Reproduce, exactly and in full, only the lines below from the one containing "#1=APPLICATION_CONTEXT('');" through the one containing "#6=PRODUCT_DEFINITION('','',#4,#5);".
--- PROVIDED DATA Enclosed Below ---
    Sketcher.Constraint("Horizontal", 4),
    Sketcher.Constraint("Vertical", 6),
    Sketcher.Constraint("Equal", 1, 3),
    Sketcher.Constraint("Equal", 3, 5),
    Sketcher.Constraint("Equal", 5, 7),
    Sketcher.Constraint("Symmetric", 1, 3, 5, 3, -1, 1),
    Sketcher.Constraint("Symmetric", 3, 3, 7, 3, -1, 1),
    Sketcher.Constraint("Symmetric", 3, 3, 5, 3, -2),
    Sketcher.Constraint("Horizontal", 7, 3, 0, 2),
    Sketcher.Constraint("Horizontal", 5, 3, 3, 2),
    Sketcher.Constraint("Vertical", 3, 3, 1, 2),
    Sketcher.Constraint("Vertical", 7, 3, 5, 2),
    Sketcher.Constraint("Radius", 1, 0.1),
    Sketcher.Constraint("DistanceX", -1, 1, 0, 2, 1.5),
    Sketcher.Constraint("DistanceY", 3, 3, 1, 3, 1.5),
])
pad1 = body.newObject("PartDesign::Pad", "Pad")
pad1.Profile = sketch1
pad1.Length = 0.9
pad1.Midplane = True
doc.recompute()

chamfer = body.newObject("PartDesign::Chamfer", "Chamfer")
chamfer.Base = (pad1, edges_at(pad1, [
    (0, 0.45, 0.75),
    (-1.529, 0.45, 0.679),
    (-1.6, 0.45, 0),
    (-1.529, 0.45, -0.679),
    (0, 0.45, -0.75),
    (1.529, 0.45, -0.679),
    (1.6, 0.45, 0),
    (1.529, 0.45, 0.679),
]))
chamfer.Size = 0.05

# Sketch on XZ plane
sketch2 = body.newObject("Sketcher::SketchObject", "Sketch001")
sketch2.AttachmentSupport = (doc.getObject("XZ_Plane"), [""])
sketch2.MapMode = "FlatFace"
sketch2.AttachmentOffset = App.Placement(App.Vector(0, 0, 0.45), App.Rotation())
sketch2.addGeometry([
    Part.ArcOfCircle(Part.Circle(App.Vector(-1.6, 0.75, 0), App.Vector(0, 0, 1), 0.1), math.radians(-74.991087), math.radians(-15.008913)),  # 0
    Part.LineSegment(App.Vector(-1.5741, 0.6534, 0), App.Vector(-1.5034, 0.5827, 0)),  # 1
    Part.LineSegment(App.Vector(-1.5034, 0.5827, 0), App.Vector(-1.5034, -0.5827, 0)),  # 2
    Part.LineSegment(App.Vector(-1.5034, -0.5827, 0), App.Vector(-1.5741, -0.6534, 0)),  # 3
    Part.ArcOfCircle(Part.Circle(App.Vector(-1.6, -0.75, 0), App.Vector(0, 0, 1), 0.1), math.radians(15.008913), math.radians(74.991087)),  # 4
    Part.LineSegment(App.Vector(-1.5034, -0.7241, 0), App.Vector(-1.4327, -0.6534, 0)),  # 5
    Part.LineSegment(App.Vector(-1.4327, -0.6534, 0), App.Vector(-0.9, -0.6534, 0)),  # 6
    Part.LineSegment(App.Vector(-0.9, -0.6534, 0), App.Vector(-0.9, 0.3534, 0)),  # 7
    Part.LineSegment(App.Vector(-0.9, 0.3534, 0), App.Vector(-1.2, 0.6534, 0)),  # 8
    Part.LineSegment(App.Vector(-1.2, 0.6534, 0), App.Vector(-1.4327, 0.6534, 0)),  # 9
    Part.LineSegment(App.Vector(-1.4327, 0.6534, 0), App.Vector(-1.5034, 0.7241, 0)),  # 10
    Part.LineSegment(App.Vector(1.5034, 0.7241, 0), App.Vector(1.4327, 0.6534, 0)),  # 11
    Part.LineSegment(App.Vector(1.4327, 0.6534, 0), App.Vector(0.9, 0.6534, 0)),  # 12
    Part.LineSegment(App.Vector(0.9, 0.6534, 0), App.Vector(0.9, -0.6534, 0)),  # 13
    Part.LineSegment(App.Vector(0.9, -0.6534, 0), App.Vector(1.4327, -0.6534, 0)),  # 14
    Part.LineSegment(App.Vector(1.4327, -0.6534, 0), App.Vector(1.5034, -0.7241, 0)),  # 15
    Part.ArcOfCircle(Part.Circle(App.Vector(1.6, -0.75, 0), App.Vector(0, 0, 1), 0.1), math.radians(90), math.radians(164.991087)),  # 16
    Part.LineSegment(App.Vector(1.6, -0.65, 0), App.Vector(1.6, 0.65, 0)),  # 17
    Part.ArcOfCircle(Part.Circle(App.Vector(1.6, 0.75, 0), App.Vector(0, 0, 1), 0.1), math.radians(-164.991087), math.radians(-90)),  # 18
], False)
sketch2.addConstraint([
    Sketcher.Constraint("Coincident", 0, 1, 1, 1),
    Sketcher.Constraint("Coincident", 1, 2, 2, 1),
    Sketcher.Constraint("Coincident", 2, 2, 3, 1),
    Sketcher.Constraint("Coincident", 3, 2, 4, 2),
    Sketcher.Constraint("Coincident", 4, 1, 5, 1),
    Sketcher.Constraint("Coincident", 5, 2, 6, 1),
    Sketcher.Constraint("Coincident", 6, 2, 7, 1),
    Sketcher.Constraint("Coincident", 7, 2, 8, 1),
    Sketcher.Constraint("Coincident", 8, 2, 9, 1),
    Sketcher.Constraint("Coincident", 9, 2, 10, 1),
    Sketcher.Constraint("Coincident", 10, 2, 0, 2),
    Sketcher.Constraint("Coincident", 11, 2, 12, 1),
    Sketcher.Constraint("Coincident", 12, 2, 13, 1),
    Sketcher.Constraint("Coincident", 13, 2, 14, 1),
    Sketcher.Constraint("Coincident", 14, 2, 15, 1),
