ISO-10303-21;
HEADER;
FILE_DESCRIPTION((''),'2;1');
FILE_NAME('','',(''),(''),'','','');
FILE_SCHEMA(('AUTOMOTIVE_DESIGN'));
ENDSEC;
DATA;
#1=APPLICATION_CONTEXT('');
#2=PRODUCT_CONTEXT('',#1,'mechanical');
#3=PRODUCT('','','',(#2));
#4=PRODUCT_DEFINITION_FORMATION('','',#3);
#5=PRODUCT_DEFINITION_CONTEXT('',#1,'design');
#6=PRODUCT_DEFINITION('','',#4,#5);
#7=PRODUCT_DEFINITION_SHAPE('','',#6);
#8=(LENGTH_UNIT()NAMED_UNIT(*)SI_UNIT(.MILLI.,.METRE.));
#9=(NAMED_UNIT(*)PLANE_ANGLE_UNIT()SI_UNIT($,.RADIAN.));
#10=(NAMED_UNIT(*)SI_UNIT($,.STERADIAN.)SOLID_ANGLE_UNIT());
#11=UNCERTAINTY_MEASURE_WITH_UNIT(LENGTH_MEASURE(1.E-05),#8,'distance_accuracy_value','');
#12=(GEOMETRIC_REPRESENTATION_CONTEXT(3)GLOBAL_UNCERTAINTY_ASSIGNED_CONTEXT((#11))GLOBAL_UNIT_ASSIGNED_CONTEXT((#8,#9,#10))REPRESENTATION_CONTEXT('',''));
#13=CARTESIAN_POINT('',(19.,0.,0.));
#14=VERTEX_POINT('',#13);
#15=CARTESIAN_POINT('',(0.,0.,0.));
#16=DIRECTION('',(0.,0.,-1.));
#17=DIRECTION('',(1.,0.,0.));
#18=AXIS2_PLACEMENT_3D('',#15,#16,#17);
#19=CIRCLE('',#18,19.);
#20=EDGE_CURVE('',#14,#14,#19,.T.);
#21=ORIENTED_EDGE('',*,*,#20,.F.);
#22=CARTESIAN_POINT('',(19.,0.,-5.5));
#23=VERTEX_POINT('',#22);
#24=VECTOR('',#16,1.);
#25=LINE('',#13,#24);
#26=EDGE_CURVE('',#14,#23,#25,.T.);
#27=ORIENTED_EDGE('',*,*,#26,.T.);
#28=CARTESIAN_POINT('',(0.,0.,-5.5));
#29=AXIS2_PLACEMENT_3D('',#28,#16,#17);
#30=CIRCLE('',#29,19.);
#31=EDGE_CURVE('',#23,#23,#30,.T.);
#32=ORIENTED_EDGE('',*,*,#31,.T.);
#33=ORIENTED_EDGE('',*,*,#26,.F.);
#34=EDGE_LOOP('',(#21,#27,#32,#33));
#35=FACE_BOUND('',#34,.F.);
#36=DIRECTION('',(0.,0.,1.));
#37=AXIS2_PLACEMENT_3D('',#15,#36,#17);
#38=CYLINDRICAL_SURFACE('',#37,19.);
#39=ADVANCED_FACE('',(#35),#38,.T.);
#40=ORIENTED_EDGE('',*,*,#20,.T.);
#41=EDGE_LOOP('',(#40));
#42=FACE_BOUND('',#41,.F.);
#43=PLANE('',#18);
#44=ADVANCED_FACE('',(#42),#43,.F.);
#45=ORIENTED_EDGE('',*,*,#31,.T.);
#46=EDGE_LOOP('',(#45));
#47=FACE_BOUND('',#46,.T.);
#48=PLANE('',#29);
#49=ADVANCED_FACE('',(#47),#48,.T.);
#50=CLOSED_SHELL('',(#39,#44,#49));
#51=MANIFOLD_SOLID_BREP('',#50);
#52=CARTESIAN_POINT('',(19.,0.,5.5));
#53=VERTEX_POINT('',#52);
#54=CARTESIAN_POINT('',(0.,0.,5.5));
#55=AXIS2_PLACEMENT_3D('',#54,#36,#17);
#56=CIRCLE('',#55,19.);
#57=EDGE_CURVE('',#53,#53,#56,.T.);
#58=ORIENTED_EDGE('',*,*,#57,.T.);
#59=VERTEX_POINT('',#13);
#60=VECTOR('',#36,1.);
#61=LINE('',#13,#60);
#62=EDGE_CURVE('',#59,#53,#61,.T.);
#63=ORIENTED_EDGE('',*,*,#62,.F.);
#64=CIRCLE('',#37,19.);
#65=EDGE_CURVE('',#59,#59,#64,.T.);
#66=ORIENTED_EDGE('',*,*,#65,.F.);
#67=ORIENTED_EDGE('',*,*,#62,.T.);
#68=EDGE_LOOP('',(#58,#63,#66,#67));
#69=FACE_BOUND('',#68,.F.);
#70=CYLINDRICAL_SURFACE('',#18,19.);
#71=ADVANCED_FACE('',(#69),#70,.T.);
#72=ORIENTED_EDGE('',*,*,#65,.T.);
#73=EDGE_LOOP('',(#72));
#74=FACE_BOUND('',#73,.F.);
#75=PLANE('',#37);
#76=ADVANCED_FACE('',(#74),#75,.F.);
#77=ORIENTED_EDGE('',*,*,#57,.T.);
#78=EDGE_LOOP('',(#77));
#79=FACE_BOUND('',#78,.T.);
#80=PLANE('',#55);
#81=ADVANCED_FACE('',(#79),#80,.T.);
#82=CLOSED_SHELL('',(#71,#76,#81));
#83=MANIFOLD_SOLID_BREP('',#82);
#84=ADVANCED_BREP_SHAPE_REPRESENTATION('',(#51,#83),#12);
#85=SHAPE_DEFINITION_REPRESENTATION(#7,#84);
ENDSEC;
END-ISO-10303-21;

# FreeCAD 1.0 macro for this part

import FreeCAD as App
import Part
import Sketcher
from FreeCAD import Vector
Q = App.Units.Quantity

doc = App.newDocument("Part")
body = doc.addObject("PartDesign::Body", "Body")

sketch1 = doc.addObject("Sketcher::SketchObject", "Sketch")
body.addObject(sketch1)
sketch1.AttachmentSupport = (doc.XY_Plane, [""])
sketch1.MapMode = "FlatFace"
sketch1.addGeometry(Part.Circle(Vector(0, 0, 0), Vector(0, 0, 1), 19), False)
sketch1.addConstraint([
    Sketcher.Constraint("Coincident", 0, 3, -1, 1),
    Sketcher.Constraint("Diameter", 0, Q("38 mm")),
])
pad1 = doc.addObject("PartDesign::Pad", "Pad")
body.addObject(pad1)
pad1.Profile = sketch1
pad1.Length = 5.5
body2 = doc.addObject("PartDesign::Body", "Body001")

sketch2 = doc.addObject("Sketcher::SketchObject", "Sketch001")
body2.addObject(sketch2)
sketch2.AttachmentSupport = (doc.getObject("XY_Plane001"), [""])
sketch2.MapMode = "FlatFace"
sketch2.addGeometry(Part.Circle(Vector(0, 0, 0), Vector(0, 0, 1), 19), False)
sketch2.addConstraint([
    Sketcher.Constraint("Coincident", 0, 3, -1, 1),
    Sketcher.Constraint("Diameter", 0, Q("38 mm")),
])
pad2 = doc.addObject("PartDesign::Pad", "Pad001")
body2.addObject(pad2)
pad2.Profile = sketch2
pad2.Length = 5.5
pad2.Reversed = True

doc.recompute()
--- End of Enclosed PROVIDED DATA ---
▸ SOLUTION TO THE PROBLEM:
#1=APPLICATION_CONTEXT('');
#2=PRODUCT_CONTEXT('',#1,'mechanical');
#3=PRODUCT('','','',(#2));
#4=PRODUCT_DEFINITION_FORMATION('','',#3);
#5=PRODUCT_DEFINITION_CONTEXT('',#1,'design');
#6=PRODUCT_DEFINITION('','',#4,#5);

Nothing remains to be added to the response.